**TASK TO CARRY OUT:**
Please write out, exactly as given, every line of the entries below up to and including the line with "e134 v81 v78 LINE".

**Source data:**
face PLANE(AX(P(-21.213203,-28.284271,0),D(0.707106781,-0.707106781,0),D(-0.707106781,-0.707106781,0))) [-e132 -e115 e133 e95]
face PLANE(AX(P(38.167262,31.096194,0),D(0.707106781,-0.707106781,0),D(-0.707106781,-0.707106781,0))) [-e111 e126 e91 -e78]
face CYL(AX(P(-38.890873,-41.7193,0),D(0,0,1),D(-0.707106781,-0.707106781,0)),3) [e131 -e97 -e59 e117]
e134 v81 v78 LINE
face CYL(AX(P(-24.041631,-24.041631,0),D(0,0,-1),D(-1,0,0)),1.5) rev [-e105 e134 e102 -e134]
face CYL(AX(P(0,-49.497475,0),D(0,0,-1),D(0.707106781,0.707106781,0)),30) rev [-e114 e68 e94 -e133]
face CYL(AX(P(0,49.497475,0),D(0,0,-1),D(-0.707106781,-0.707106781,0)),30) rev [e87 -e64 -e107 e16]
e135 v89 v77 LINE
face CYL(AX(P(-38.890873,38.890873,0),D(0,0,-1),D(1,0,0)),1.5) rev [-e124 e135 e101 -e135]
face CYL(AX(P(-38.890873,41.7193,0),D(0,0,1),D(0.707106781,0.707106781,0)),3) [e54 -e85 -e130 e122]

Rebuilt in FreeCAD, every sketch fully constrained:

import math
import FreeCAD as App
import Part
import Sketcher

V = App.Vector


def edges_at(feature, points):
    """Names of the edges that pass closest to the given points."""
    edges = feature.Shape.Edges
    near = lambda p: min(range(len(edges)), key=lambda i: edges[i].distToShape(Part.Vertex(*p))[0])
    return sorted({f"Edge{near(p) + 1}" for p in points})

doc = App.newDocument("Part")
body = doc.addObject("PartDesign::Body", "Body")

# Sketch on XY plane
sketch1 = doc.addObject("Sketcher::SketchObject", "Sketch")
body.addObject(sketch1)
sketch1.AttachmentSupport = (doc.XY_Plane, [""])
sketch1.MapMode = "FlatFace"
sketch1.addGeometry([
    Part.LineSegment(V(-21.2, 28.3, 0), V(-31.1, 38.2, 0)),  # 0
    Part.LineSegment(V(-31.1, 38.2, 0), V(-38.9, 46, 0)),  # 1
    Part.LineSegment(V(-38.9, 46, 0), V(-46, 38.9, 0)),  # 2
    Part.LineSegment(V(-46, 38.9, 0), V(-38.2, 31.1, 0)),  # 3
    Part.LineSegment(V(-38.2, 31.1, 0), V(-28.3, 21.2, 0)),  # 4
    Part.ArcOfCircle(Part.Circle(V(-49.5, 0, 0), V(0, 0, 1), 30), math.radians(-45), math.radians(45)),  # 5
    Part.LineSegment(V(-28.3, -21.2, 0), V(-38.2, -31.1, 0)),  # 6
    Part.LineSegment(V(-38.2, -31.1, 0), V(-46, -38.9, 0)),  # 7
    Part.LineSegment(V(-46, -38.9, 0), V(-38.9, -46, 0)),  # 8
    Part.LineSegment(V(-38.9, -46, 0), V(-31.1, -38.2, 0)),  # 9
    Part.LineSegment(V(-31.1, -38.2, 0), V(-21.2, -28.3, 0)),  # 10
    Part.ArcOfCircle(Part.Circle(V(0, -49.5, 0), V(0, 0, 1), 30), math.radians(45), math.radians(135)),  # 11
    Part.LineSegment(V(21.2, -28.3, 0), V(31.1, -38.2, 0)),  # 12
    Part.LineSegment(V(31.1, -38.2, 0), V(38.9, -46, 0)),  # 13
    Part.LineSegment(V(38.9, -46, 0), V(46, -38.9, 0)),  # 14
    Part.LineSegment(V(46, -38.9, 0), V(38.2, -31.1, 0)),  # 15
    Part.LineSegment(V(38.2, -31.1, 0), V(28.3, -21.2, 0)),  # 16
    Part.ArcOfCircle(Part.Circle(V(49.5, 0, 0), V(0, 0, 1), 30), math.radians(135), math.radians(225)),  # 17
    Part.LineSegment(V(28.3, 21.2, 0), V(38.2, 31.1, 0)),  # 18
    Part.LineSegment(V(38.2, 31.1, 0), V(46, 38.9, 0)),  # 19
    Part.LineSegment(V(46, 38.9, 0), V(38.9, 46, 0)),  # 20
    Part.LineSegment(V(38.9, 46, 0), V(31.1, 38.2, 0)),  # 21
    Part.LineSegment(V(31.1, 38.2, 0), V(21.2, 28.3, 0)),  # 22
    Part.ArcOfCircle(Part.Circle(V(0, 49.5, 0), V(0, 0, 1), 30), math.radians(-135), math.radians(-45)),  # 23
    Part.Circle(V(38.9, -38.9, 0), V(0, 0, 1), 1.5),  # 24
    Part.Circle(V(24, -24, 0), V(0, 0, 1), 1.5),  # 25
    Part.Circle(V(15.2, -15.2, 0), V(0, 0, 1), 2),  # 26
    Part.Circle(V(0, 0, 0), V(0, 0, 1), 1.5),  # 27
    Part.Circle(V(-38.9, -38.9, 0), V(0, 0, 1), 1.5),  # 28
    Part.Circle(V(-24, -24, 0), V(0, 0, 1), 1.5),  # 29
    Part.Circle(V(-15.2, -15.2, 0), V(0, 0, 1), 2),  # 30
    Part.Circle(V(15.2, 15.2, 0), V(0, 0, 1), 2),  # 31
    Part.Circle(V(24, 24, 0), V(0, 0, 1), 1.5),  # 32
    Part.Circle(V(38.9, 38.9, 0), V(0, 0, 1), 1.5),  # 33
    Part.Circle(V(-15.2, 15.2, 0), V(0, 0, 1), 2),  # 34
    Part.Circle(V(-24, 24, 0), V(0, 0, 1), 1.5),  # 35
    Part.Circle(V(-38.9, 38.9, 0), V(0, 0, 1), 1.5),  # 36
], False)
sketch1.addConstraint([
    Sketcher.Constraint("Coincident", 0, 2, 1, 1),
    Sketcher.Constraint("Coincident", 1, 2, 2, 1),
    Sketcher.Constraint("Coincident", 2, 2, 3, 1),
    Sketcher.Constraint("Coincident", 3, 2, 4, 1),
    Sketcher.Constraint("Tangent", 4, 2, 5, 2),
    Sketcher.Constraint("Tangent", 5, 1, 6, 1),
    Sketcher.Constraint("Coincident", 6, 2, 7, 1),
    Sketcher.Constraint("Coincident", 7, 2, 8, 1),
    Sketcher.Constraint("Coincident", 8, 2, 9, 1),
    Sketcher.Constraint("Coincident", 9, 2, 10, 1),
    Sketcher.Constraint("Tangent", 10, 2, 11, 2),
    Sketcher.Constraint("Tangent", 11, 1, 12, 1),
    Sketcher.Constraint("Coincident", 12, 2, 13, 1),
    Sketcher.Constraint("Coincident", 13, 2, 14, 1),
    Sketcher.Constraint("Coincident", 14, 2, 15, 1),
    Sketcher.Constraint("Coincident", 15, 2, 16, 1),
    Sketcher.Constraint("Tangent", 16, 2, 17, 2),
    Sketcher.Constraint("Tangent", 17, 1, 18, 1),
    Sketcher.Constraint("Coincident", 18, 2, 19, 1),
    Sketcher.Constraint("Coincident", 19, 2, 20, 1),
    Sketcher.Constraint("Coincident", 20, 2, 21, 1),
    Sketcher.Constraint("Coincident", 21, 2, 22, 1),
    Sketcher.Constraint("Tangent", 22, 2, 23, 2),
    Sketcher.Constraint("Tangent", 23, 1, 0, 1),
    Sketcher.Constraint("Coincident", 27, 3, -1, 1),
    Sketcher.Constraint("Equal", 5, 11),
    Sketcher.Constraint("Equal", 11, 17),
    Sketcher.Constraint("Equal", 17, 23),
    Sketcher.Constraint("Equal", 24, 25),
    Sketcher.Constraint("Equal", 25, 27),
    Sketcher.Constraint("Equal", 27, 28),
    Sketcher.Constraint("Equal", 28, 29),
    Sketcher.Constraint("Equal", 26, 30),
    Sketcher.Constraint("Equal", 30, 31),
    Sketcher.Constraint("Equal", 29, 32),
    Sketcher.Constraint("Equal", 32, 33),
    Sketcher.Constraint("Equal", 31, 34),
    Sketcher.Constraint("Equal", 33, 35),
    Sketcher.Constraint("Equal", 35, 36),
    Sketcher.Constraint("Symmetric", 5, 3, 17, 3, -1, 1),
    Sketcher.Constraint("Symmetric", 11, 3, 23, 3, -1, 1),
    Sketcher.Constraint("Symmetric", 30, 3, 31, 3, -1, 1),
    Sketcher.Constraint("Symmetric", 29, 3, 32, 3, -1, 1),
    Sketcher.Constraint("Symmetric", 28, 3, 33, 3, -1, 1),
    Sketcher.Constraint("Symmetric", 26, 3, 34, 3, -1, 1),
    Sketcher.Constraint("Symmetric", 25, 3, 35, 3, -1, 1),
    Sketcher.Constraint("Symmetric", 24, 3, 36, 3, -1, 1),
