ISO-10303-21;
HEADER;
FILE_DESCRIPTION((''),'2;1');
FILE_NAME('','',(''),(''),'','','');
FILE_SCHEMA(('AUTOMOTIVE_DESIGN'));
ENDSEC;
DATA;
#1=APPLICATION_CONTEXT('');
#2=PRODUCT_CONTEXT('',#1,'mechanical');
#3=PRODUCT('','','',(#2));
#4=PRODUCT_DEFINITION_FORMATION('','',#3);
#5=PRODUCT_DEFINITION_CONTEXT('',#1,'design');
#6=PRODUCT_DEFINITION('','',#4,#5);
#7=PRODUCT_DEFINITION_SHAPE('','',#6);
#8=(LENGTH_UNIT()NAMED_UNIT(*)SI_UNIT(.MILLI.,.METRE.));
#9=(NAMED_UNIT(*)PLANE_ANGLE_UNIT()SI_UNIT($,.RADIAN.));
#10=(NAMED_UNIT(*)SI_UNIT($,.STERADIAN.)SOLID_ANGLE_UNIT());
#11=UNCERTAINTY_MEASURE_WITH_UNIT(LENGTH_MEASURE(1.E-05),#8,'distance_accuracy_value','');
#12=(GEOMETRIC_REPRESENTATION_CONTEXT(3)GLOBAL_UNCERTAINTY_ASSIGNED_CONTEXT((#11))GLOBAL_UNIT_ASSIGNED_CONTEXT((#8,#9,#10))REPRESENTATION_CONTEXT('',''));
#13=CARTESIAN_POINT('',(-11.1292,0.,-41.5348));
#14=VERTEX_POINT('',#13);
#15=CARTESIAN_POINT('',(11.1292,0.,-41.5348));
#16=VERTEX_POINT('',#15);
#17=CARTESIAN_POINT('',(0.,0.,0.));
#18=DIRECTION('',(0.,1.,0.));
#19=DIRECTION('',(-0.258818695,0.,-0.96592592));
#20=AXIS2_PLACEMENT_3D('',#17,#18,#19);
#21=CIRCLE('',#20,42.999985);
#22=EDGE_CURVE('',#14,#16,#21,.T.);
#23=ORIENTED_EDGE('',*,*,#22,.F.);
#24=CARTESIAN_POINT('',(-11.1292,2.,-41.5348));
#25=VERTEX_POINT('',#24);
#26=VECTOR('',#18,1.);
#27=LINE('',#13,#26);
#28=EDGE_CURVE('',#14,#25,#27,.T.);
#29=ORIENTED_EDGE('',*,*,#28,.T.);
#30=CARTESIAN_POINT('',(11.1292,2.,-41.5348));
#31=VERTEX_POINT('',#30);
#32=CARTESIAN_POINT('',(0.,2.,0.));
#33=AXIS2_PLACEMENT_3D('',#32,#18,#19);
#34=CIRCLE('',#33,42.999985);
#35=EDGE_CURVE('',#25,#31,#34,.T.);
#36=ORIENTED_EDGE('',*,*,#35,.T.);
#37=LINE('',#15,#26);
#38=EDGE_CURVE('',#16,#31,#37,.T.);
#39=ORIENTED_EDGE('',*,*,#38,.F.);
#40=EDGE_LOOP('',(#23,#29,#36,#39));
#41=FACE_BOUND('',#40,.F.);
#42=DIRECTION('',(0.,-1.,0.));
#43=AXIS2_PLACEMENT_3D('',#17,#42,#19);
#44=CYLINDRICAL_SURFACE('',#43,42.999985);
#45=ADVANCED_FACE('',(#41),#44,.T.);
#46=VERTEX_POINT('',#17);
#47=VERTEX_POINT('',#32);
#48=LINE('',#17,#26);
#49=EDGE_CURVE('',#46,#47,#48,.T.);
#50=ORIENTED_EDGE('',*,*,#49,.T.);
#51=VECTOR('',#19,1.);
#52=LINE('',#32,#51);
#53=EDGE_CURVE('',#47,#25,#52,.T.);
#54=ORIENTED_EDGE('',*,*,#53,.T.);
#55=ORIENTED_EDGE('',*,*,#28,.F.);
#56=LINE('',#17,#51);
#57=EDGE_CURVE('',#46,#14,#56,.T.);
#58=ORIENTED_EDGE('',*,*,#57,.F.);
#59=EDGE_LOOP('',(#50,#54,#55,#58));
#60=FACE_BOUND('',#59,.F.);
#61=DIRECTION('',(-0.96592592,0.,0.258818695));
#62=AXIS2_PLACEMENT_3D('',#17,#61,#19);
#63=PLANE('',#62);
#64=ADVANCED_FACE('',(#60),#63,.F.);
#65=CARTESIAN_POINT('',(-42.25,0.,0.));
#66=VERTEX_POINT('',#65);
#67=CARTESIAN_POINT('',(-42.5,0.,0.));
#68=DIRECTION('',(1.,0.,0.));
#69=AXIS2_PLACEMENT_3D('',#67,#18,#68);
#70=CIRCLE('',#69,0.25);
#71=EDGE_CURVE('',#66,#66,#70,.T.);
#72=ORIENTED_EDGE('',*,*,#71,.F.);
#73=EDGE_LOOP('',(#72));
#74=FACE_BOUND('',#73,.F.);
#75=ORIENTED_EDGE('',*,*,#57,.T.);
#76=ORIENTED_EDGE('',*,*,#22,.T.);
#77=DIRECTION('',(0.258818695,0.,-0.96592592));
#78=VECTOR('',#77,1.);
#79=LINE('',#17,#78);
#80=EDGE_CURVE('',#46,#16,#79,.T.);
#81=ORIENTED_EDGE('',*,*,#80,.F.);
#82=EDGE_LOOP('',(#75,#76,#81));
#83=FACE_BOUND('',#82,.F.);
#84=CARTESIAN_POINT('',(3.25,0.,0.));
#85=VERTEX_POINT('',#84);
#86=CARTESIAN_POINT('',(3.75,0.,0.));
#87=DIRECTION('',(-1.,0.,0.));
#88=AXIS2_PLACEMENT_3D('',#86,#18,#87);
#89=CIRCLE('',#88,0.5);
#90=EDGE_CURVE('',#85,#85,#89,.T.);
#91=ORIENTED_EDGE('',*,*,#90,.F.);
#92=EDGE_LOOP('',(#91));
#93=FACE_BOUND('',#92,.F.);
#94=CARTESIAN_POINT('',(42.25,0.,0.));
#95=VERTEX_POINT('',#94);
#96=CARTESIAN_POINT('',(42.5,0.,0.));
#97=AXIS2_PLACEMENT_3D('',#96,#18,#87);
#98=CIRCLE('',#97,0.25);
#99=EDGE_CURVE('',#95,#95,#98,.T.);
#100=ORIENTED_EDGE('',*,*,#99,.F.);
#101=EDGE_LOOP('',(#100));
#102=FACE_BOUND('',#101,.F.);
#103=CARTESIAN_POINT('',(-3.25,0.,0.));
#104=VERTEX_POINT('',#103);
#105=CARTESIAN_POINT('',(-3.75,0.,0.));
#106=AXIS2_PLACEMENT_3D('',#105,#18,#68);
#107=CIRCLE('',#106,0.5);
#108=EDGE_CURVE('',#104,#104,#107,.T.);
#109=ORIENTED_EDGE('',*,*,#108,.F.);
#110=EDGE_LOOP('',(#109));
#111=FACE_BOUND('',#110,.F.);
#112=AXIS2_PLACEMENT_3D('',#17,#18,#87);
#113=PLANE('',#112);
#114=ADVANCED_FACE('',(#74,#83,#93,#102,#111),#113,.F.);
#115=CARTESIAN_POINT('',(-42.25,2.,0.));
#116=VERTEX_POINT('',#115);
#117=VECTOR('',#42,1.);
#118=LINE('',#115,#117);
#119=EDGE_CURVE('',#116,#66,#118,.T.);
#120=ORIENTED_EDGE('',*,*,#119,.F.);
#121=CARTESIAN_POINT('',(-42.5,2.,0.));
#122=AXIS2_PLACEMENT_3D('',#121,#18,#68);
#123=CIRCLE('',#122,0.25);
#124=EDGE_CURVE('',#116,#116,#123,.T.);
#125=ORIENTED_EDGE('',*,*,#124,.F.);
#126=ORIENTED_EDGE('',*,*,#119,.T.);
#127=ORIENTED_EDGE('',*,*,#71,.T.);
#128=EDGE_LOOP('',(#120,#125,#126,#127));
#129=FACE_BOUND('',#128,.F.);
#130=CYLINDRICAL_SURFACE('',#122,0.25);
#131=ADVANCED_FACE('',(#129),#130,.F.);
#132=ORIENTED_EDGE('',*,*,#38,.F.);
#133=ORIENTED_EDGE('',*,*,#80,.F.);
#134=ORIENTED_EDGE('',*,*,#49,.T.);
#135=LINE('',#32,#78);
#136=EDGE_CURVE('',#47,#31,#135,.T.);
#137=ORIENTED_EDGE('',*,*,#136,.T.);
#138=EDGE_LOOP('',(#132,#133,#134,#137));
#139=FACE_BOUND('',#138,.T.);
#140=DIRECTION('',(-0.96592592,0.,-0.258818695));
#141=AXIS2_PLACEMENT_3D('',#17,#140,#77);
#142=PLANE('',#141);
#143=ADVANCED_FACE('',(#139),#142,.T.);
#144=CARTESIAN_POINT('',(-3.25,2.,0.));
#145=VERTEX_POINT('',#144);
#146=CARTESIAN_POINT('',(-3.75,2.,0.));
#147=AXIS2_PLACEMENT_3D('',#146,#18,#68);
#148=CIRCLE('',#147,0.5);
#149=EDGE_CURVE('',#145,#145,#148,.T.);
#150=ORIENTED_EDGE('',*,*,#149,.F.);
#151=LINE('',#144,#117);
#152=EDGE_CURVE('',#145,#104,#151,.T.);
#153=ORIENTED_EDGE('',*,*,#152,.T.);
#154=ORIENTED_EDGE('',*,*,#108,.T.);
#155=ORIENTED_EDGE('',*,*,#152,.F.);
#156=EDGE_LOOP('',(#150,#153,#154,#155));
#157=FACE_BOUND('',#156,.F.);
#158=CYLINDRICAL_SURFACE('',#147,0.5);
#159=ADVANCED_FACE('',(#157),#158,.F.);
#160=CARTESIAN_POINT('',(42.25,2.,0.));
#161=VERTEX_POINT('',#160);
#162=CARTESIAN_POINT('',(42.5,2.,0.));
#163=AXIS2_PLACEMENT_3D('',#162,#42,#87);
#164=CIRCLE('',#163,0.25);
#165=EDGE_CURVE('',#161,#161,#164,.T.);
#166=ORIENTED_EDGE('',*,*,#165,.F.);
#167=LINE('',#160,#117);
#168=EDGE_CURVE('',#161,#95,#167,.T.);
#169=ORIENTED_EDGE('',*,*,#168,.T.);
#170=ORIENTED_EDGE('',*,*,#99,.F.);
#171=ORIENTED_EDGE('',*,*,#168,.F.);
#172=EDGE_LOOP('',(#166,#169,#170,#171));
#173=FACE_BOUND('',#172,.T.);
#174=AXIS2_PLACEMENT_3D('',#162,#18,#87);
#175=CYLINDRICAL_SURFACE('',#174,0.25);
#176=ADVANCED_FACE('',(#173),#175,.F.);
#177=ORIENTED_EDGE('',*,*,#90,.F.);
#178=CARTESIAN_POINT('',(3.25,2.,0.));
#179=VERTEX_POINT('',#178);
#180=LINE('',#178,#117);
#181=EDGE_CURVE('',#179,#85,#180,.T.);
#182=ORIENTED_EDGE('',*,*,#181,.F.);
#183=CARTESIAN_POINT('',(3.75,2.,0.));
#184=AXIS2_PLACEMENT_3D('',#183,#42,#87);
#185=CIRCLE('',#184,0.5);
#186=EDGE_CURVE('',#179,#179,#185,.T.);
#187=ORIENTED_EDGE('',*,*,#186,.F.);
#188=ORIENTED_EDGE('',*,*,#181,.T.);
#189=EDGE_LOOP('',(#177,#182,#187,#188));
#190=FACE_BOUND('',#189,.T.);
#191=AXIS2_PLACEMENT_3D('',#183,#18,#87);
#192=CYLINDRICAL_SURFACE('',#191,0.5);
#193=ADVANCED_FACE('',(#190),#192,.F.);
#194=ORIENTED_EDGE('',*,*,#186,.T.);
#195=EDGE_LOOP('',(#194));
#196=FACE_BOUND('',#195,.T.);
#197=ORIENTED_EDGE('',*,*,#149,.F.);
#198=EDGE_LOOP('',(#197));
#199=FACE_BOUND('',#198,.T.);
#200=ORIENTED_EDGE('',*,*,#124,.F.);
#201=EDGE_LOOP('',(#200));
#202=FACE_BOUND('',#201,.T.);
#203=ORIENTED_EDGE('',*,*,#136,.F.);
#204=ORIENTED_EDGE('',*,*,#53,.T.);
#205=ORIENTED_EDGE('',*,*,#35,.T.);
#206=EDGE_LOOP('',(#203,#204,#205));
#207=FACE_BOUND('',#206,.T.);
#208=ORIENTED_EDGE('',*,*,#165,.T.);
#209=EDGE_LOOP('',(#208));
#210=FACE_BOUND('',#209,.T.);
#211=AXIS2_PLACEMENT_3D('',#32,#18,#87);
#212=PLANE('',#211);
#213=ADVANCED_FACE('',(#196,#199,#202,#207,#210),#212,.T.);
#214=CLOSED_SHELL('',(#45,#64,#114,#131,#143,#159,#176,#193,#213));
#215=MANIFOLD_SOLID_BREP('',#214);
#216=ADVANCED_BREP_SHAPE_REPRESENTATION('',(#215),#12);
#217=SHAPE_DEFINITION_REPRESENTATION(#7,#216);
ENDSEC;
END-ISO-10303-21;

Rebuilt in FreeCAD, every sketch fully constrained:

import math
import FreeCAD as App
import Part
import Sketcher

V = App.Vector
Q = App.Units.Quantity

doc = App.newDocument("Part")
body = doc.addObject("PartDesign::Body", "Body")

sketch1 = doc.addObject("Sketcher::SketchObject", "Sketch")
body.addObject(sketch1)
sketch1.AttachmentSupport = (doc.XZ_Plane, [""])
sketch1.MapMode = "FlatFace"
sketch1.addGeometry([
    Part.LineSegment(V(0, 0, 0), V(-11, -42, 0)),
    Part.ArcOfCircle(Part.Circle(V(0, 0, 0), V(0, 0, 1), 43), math.radians(-75), math.radians(255)),
    Part.LineSegment(V(11, -42, 0), V(0, 0, 0)),
], False)
sketch1.addConstraint([
    Sketcher.Constraint("Coincident", 0, 2, 1, 2),
    Sketcher.Constraint("Coincident", 1, 1, 2, 1),
    Sketcher.Constraint("Coincident", 2, 2, 0, 1),
    Sketcher.Constraint("Coincident", 1, 3, -1, 1),
    Sketcher.Constraint("Coincident", 2, 2, -1, 1),
    Sketcher.Constraint("Horizontal", 0, 2, 1, 1),
    Sketcher.Constraint("Radius", 1, 43.0),
    Sketcher.Constraint("Angle", 0, Q("-105 deg")),
])
pad1 = doc.addObject("PartDesign::Pad", "Pad")
body.addObject(pad1)
pad1.Profile = sketch1
pad1.Length = 2
pad1.Reversed = True

sketch2 = doc.addObject("Sketcher::SketchObject", "Sketch001")
body.addObject(sketch2)
sketch2.AttachmentSupport = (doc.XZ_Plane, [""])
sketch2.MapMode = "FlatFace"
sketch2.AttachmentOffset = App.Placement(V(0, 0, -2), App.Rotation())
sketch2.addGeometry(Part.Circle(V(-42.5, 0, 0), V(0, 0, 1), 0.25), False)
sketch2.addConstraint([
    Sketcher.Constraint("PointOnObject", 0, 3, -1),
    Sketcher.Constraint("Diameter", 0, 0.5),
    Sketcher.Constraint("DistanceX", 0, 3, -1, 1, 42.5),
])
pocket1 = doc.addObject("PartDesign::Pocket", "Pocket")
body.addObject(pocket1)
pocket1.Profile = sketch2
pocket1.Type = "ThroughAll"
pocket1.Reversed = True
doc.recompute()

mirrored = doc.addObject("PartDesign::Mirrored", "Mirrored")
body.addObject(mirrored)
mirrored.Originals = [pocket1]
mirrored.MirrorPlane = (doc.YZ_Plane, [""])
body.Tip = mirrored

sketch3 = doc.addObject("Sketcher::SketchObject", "Sketch002")
body.addObject(sketch3)
sketch3.AttachmentSupport = (doc.XZ_Plane, [""])
sketch3.MapMode = "FlatFace"
sketch3.AttachmentOffset = App.Placement(V(0, 0, -2), App.Rotation())
sketch3.addGeometry(Part.Circle(V(-3.8, 0, 0), V(0, 0, 1), 0.5), False)
sketch3.addConstraint([
    Sketcher.Constraint("PointOnObject", 0, 3, -1),
    Sketcher.Constraint("Diameter", 0, 1.0),
    Sketcher.Constraint("DistanceX", 0, 3, -1, 1, 3.75),
])
pocket2 = doc.addObject("PartDesign::Pocket", "Pocket001")
body.addObject(pocket2)
pocket2.Profile = sketch3
pocket2.Type = "ThroughAll"
pocket2.Reversed = True
doc.recompute()

mirrored2 = doc.addObject("PartDesign::Mirrored", "Mirrored001")
body.addObject(mirrored2)
mirrored2.Originals = [pocket2]
mirrored2.MirrorPlane = (doc.YZ_Plane, [""])
body.Tip = mirrored2

doc.recompute()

**REPLY:**
face PLANE(AX(P(-21.213203,-28.284271,0),D(0.707106781,-0.707106781,0),D(-0.707106781,-0.707106781,0))) [-e132 -e115 e133 e95]
face PLANE(AX(P(38.167262,31.096194,0),D(0.707106781,-0.707106781,0),D(-0.707106781,-0.707106781,0))) [-e111 e126 e91 -e78]
face CYL(AX(P(-38.890873,-41.7193,0),D(0,0,1),D(-0.707106781,-0.707106781,0)),3) [e131 -e97 -e59 e117]
e134 v81 v78 LINE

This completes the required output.